As time has passed, however, things have changed online. Businesses have come in, and turned the place into a substantially commercial environment. Governments have come in, and tried to take a grip – to bring some kind of law and order to the online world. Both businesses and governments have seen the anonymity that characterised the internet in the early days as something threatening – and have sought to deal with it. From a government perspective, if we are to enforce law we need real names – to catch terrorist and paedophiles, to stop cyber-bullying and nasty anonymous commentators we need real names, which is why Helen Goodman found Andy Smith’s comments so outrageous.

From a business perspective, if they want to have a grip on their customers, the more information they can find out the better – and ‘real names’ and ‘real’ information is the best of all. That’s why the sharpest intakes of breath when Andy Smith made his remarks at the Parliament and Internet conference were from the Facebook delegation. Facebook’s policy is that we should all only use our real names on Facebook. Anonymity and pseudonymity are not only frowned upon but actually against their terms and conditions. Without real names, Facebook’s data – what they gather from us – would be far less valuable, and hence Facebook itself would be far less valuable.
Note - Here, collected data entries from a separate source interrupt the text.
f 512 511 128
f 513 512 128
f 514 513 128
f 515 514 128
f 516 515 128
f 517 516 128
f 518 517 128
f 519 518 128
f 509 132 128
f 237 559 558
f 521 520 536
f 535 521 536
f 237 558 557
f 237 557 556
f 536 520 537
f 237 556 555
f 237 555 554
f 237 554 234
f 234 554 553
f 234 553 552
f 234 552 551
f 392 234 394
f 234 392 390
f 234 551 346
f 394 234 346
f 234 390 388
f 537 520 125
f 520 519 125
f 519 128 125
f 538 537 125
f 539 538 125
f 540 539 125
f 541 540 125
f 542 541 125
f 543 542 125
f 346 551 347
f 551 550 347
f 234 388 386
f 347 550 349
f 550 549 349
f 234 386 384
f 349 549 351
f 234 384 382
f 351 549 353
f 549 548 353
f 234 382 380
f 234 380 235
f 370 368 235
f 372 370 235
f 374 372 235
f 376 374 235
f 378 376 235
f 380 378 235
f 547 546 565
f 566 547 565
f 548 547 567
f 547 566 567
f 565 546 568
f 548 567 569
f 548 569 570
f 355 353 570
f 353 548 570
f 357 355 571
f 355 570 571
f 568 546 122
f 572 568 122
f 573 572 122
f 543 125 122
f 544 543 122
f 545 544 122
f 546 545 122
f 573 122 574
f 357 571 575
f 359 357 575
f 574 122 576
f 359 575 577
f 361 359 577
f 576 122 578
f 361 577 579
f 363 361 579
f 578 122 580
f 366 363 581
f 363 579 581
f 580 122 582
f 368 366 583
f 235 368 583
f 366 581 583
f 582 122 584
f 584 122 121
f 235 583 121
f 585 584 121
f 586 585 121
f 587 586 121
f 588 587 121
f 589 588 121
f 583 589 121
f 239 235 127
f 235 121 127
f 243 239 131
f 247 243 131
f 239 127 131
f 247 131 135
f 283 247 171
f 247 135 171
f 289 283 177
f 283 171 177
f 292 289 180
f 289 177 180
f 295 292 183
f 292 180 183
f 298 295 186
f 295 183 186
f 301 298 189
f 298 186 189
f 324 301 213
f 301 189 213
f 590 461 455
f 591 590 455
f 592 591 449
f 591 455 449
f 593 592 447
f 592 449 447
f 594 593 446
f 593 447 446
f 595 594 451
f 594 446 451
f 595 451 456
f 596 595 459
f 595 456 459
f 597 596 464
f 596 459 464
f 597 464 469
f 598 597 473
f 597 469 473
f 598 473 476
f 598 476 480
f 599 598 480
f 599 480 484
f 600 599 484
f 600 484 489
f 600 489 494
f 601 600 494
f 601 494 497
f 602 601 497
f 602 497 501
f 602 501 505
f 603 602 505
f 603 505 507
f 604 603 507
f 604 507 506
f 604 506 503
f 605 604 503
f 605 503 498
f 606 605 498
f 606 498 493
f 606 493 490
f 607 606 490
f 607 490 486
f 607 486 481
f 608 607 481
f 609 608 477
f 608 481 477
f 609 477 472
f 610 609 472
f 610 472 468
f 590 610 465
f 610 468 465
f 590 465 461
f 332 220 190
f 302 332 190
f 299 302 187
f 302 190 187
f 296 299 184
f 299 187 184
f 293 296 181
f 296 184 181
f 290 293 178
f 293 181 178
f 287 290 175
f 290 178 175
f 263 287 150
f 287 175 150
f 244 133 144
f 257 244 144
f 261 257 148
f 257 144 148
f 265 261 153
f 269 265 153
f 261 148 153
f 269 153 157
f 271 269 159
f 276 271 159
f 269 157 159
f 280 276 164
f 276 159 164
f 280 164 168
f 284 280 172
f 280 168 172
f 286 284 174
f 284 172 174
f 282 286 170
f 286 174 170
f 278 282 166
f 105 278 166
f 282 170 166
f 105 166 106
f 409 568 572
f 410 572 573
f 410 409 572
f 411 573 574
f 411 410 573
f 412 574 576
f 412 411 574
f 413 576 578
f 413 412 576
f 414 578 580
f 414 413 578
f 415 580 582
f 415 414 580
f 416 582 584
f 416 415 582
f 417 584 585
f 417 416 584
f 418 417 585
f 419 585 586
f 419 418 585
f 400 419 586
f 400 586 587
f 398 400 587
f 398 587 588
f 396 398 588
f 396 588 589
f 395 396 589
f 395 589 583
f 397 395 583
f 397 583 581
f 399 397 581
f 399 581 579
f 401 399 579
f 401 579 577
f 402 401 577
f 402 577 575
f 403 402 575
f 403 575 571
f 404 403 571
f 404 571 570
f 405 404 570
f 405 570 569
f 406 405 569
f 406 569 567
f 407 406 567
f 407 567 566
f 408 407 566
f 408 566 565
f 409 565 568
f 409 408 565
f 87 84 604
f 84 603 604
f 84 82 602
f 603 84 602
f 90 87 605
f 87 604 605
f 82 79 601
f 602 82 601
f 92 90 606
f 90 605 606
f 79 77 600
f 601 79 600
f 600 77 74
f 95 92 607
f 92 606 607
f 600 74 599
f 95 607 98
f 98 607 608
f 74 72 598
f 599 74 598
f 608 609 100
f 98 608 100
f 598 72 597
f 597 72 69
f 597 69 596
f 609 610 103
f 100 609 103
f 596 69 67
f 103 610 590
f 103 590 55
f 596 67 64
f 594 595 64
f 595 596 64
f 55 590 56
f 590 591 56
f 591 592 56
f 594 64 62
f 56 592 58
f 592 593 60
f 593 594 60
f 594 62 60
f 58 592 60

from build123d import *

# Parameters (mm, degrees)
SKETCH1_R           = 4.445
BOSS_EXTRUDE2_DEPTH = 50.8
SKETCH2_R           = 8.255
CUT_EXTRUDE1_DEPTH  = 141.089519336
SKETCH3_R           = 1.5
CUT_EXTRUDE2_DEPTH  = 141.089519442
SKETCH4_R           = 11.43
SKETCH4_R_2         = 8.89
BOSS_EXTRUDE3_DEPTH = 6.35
An honourable British tradition?

There is, however, an honourable British tradition in our right to withhold our name and identity even from the authorities.  Looked at from the perspective of our European neighbours, Britain does not have a particularly good record in terms of privacy – our loving embrace of CCTV cameras is considered quite extreme, and we were the drivers of the Data Retention Directive, considered by Peter Hustinx, the European Data Protection Supervisor to be ‘the most privacy-invasive instrument ever adopted by the EU’ – and yet when it comes to Identity Cards, we are firmly opposed. Most European nations, even those keenest on privacy in other ways, accept identity cards without much complaint. We don’t – and have not, since the famous case of Willcock vs Muckle ([1951] 2 KB 844) where the whole idea of identity cards in peacetime was considered almost un-British.

The National Registration Act, 1939, had allowed the police to ask for identity cards, for security purposes during the Second World War. The police continued to use it, and Willcock, a noted liberal, had refused to produce it when asked by police constable Muckle, and was prosecuted under the Act. Willock appealed, and still lost, but Lord Goddard commented that:

“From what Mr. Gattie [a prosecution lawyer] has told the court it is obvious that the police now, as a matter of routine, demand the production of national registration cards whenever they stop or interrogate a motorist for whatever cause. Of course if they are looking for a stolen car or have reason to believe that a particular motorist is engaged in committing crime, that is one thing: but to demand production of the card from all and sundry, for instance, from a woman who has left her car outside a shop longer than she should, or on some trivial occasion of that sort, is wholly unreasonable. This Act was passed for security purposes; it was never passed for the purposes for which it is now apparently being used.”

 The inference is clear: that regular and trivial requirement for proof of identity is ‘wholly unreasonable’. Lord Goddard went on to say that relations between people and the police was something that we in this country are proud of – and that for police to regularly demand that people prove their identity would damage that relationship. Peoples identities are their own business, unless there is a drastic or emergency need for that identity to be revealed.

This is a tradition that has continued. Jacob Rees-Mogg MP, commenting on the potential expansion of police powers to demand identities contemplated in theLondon Local Authorities Bill, in December 2011, evoked another very British source: P.G. Wodehouse.

“Members will remember that Bertie Wooster, when arrested for pinching a policeman’s helmet on boat race night—I think wines had been taken—gave a false name when arrested. I cannot remember what name he gave, but I think he said that he lived in Acacia avenue. It might be a good address to give if you are ever caught doing things you should not do. There was no additional fine for giving a false name and Bertie Wooster paid the fine handed down at the magistrates court in London—five guineas, which was a lot of money in those days—but got away with giving a false name. There is a great tradition, from Odysseus to Bertie Wooster, of being allowed to hide one’s name from people who do not necessarily have the full authority to request it.”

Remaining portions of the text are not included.